Detection Methods for CVE-2025-23319
Indicators of Compromise
- Unexpected crashes or service restarts of the Triton Inference Server process
- Anomalous memory consumption patterns in the Python backend processes
- Unusual network traffic patterns to Triton Inference Server endpoints, particularly oversized or malformed inference requests
- Unexpected child processes spawned by the Triton Inference Server
Detection Strategies
- Monitor Triton Inference Server logs for error messages related to memory allocation failures or segmentation faults
- Implement network-based intrusion detection rules to identify unusually large or malformed inference requests
- Deploy application-level monitoring to detect abnormal request patterns targeting the Python backend
- Use endpoint detection tools to identify suspicious process behavior associated with the Triton Inference Server
Monitoring Recommendations
- Enable verbose logging on NVIDIA Triton Inference Server deployments to capture detailed request information
- Implement rate limiting and request size validation at network perimeter devices
- Configure alerting for Triton Inference Server service failures or unexpected restarts
- Monitor system resource utilization for signs of exploitation attempts such as memory spikes
How to Mitigate CVE-2025-23319
Immediate Actions Required
- Review the NVIDIA Support Advisory for specific patching instructions
- Identify all NVIDIA Triton Inference Server deployments in your environment
- Restrict network access to Triton Inference Server endpoints to trusted clients only
- Implement network segmentation to isolate inference server infrastructure
Patch Information
NVIDIA has released a security update to address this vulnerability. Organizations should consult the official NVIDIA Support Advisory for specific version information and upgrade instructions.

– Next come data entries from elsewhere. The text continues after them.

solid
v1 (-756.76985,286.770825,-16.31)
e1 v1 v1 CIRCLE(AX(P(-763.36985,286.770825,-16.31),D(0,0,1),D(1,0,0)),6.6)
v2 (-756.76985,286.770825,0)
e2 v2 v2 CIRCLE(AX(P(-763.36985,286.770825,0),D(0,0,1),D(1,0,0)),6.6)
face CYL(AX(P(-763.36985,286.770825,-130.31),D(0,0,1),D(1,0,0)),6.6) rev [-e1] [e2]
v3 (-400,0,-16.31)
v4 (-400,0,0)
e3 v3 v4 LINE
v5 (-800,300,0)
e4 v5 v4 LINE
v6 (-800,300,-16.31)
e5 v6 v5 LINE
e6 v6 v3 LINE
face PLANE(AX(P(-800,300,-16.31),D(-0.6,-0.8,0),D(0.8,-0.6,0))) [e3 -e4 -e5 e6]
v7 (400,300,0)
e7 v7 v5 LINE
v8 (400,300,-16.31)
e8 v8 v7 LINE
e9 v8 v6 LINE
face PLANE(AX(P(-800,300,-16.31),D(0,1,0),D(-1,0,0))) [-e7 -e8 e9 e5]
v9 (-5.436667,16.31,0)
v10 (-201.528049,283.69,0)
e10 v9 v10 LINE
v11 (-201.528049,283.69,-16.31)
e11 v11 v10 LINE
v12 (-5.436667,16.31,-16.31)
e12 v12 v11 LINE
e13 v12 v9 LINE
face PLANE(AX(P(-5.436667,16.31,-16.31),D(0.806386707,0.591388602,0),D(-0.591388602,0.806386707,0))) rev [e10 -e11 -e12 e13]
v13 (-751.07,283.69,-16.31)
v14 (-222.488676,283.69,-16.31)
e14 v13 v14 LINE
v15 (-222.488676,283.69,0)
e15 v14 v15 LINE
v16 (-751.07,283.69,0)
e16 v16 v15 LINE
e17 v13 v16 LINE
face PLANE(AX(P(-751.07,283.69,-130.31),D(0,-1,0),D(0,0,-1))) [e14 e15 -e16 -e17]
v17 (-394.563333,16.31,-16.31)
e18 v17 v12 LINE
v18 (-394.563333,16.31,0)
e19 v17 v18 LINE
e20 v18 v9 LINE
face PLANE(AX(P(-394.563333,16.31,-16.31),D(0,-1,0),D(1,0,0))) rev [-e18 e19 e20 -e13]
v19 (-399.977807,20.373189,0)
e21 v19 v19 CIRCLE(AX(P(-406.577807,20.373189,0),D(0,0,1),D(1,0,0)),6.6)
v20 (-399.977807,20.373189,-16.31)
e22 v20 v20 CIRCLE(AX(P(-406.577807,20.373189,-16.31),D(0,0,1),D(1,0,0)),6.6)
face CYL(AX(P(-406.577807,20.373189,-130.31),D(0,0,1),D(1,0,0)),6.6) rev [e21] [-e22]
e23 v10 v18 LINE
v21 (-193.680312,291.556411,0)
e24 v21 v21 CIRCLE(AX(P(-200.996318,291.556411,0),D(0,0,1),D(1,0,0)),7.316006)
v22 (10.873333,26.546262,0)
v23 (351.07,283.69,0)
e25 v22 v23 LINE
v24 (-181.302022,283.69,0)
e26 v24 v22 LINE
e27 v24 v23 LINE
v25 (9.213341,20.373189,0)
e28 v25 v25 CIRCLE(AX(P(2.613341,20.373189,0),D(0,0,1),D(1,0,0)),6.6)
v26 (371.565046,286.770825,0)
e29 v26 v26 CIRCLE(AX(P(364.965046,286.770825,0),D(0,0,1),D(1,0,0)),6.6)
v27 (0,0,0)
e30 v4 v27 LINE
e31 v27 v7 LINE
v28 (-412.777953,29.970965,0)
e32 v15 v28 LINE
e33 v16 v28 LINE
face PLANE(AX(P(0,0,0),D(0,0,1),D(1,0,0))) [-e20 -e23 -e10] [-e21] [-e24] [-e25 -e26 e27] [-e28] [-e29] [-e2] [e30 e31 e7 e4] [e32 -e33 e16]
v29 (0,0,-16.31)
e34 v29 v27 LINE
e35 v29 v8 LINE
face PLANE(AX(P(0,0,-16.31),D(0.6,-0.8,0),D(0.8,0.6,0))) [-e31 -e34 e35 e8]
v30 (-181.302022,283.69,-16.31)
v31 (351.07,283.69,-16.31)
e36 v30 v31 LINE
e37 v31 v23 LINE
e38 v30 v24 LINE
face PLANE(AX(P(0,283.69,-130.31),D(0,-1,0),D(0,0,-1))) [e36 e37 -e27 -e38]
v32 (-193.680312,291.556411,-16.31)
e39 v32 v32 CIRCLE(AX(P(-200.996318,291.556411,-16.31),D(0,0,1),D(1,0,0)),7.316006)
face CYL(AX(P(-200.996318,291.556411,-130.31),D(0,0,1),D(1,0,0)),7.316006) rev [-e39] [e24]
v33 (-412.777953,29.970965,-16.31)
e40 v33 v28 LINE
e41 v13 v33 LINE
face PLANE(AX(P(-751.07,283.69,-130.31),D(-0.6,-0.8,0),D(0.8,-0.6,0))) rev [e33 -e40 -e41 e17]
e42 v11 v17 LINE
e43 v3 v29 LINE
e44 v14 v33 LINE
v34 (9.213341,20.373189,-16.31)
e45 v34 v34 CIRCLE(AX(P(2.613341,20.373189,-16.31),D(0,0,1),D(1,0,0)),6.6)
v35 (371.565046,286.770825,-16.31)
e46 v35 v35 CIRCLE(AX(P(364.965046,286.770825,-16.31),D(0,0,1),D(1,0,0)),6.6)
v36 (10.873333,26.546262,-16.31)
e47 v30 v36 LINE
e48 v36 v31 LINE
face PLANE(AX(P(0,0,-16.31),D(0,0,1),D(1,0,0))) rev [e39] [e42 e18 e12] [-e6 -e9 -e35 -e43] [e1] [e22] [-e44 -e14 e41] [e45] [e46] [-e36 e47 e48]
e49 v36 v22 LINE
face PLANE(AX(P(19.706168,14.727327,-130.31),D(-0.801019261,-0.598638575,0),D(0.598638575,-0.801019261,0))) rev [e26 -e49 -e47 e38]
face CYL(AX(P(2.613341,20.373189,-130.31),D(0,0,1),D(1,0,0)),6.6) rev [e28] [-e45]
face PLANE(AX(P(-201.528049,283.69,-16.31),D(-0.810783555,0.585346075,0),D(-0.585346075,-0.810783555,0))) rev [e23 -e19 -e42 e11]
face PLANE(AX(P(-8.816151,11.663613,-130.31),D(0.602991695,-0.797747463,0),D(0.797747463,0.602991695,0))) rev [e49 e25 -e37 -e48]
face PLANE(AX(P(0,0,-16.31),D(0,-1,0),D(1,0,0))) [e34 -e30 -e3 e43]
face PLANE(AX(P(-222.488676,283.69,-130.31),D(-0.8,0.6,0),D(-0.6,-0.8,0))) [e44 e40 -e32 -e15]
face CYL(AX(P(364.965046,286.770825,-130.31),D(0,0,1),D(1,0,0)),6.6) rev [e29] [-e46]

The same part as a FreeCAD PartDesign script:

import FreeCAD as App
import Part
import Sketcher
Q = App.Units.Quantity


def add_polygon(sketch, points):
    """Adds a closed chain of lines whose ends are joined by coincident constraints."""
    first, n = sketch.GeometryCount, len(points)
    for a, b in zip(points, points[1:] + points[:1]):
        sketch.addGeometry(Part.LineSegment(App.Vector(*a, 0), App.Vector(*b, 0)), False)
    for i in range(n):
        sketch.addConstraint(Sketcher.Constraint("Coincident", first + i, 2, first + (i + 1) % n, 1))

doc = App.newDocument("Part")
body = doc.addObject("PartDesign::Body", "Body")

# Sketch on XY plane
sketch1 = body.newObject("Sketcher::SketchObject", "Sketch")
sketch1.AttachmentSupport = (doc.getObject("XY_Plane"), [""])
sketch1.MapMode = "FlatFace"
add_polygon(sketch1, [(400, 300), (-800, 300), (-400, 0), (0, 0)])  # lines 0-3
add_polygon(sketch1, [(-395, 16), (-202, 284), (-5, 16)])  # lines 4-6
sketch1.addConstraint([
    Sketcher.Constraint("Horizontal", 0),
    Sketcher.Constraint("Horizontal", 2),
    Sketcher.Constraint("Horizontal", 6),
    Sketcher.Constraint("Coincident", 2, 2, -1, 1),
    Sketcher.Constraint("Equal", 1, 3),
    Sketcher.Constraint("DistanceX", 0, 2, 0, 1, Q("1200 mm")),
    Sketcher.Constraint("DistanceX", 2, 1, 2, 2, Q("400 mm")),
    Sketcher.Constraint("Distance", 1, Q("500 mm")),
    Sketcher.Constraint("DistanceY", -1, 1, 4, 2, Q("283.69 mm")),
    Sketcher.Constraint("DistanceY", -1, 1, 5, 2, Q("16.31 mm")),
    Sketcher.Constraint("DistanceX", 6, 2, 6, 1, Q("389.126667 mm")),
    Sketcher.Constraint("DistanceX", 4, 2, -1, 1, Q("201.528049 mm")),
    Sketcher.Constraint("Distance", 4, Q("329.779753 mm")),
])
pad1 = body.newObject("PartDesign::Pad", "Pad")
pad1.Profile = sketch1
pad1.Length = 16.31
pad1.Reversed = True

# Sketch on XY plane
sketch2 = body.newObject("Sketcher::SketchObject", "Sketch001")
sketch2.AttachmentSupport = (doc.getObject("XY_Plane"), [""])
sketch2.MapMode = "FlatFace"
add_polygon(sketch2, [(-181, 284), (11, 27), (351, 284)])  # lines 0-2
add_polygon(sketch2, [(-222, 284), (-751, 284), (-413, 30)])  # lines 3-5
sketch2.addConstraint([
    Sketcher.Constraint("Horizontal", 2),
    Sketcher.Constraint("Horizontal", 3),
    Sketcher.Constraint("Perpendicular", 4, 5),
    Sketcher.Constraint("Horizontal", 2, 2, 3, 2),
    Sketcher.Constraint("DistanceX", -1, 1, 1, 2, Q("351.07 mm")),
    Sketcher.Constraint("DistanceY", -1, 1, 1, 2, Q("283.69 mm")),
    Sketcher.Constraint("DistanceX", 3, 2, -1, 1, Q("751.07 mm")),
    Sketcher.Constraint("DistanceX", 2, 2, 2, 1, Q("532.372022 mm")),
    Sketcher.Constraint("Distance", 4, Q("422.865059 mm")),
    Sketcher.Constraint("DistanceX", 3, 2, 3, 1, Q("528.581324 mm")),
    Sketcher.Constraint("DistanceY", -1, 1, 0, 2, Q("26.546262 mm")),
    Sketcher.Constraint("DistanceX", 5, 2, 0, 2, Q("233.36201 mm")),
])
pocket1 = body.newObject("PartDesign::Pocket", "Pocket")
pocket1.Profile = sketch2
pocket1.Length = 130.31

# Sketch on XY plane
sketch3 = body.newObject("Sketcher::SketchObject", "Sketch002")
sketch3.AttachmentSupport = (doc.getObject("XY_Plane"), [""])
sketch3.MapMode = "FlatFace"
sketch3.addGeometry([
    Part.Circle(App.Vector(-201, 292, 0), App.Vector(0, 0, 1), 7),  # 0
    Part.Circle(App.Vector(-763, 287, 0), App.Vector(0, 0, 1), 7),  # 1
    Part.Circle(App.Vector(365, 287, 0), App.Vector(0, 0, 1), 7),  # 2
    Part.Circle(App.Vector(3, 20, 0), App.Vector(0, 0, 1), 7),  # 3
    Part.Circle(App.Vector(-407, 20, 0), App.Vector(0, 0, 1), 7),  # 4
], False)
sketch3.addConstraint([
    Sketcher.Constraint("Equal", 1, 2),
    Sketcher.Constraint("Equal", 2, 3),
    Sketcher.Constraint("Equal", 3, 4),
    Sketcher.Constraint("Horizontal", 1, 3, 2, 3),
    Sketcher.Constraint("Horizontal", 3, 3, 4, 3),
    Sketcher.Constraint("Diameter", 1, Q("13.2 mm")),
    Sketcher.Constraint("Diameter", 0, Q("14.632012 mm")),
    Sketcher.Constraint("DistanceY", -1, 1, 0, 3, Q("291.556411 mm")),
    Sketcher.Constraint("DistanceX", 1, 3, -1, 1, Q("763.36985 mm")),
    Sketcher.Constraint("DistanceX", -1, 1, 3, 3, Q("2.613341 mm")),
    Sketcher.Constraint("DistanceY", -1, 1, 3, 3, Q("20.373189 mm")),
    Sketcher.Constraint("DistanceX", 0, 3, 3, 3, Q("203.609658 mm")),
    Sketcher.Constraint("DistanceX", 4, 3, 0, 3, Q("205.58149 mm")),
    Sketcher.Constraint("DistanceY", -1, 1, 1, 3, Q("286.770825 mm")),
    Sketcher.Constraint("DistanceX", -1, 1, 2, 3, Q("364.965046 mm")),
])
pocket2 = body.newObject("PartDesign::Pocket", "Pocket001")
pocket2.Profile = sketch3
pocket2.Length = 130.31

doc.recompute()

Apply the latest security patches to all affected NVIDIA Triton Inference Server installations as soon as possible.
Workarounds
- Implement strict network access controls to limit connections to the Triton Inference Server from untrusted sources
- Deploy a Web Application Firewall (WAF) or reverse proxy with request validation to filter malformed inference requests
- Disable the Python backend if not required for your inference workloads
- Consider running Triton Inference Server in containerized environments with reduced privileges
# Example: Restrict network access to Triton Inference Server using iptables
# Allow only trusted IP ranges to access the inference endpoint (default port 8000)
iptables -A INPUT -p tcp --dport 8000 -s 10.0.0.0/8 -j ACCEPT
iptables -A INPUT -p tcp --dport 8000 -j DROP
# Example: Run Triton container with reduced capabilities
docker run --cap-drop=ALL --cap-add=NET_BIND_SERVICE \
--security-opt=no-new-privileges \
nvcr.io/nvidia/tritonserver:latest
Disclaimer: This content was generated using AI. While we strive for accuracy, please verify critical information with official sources.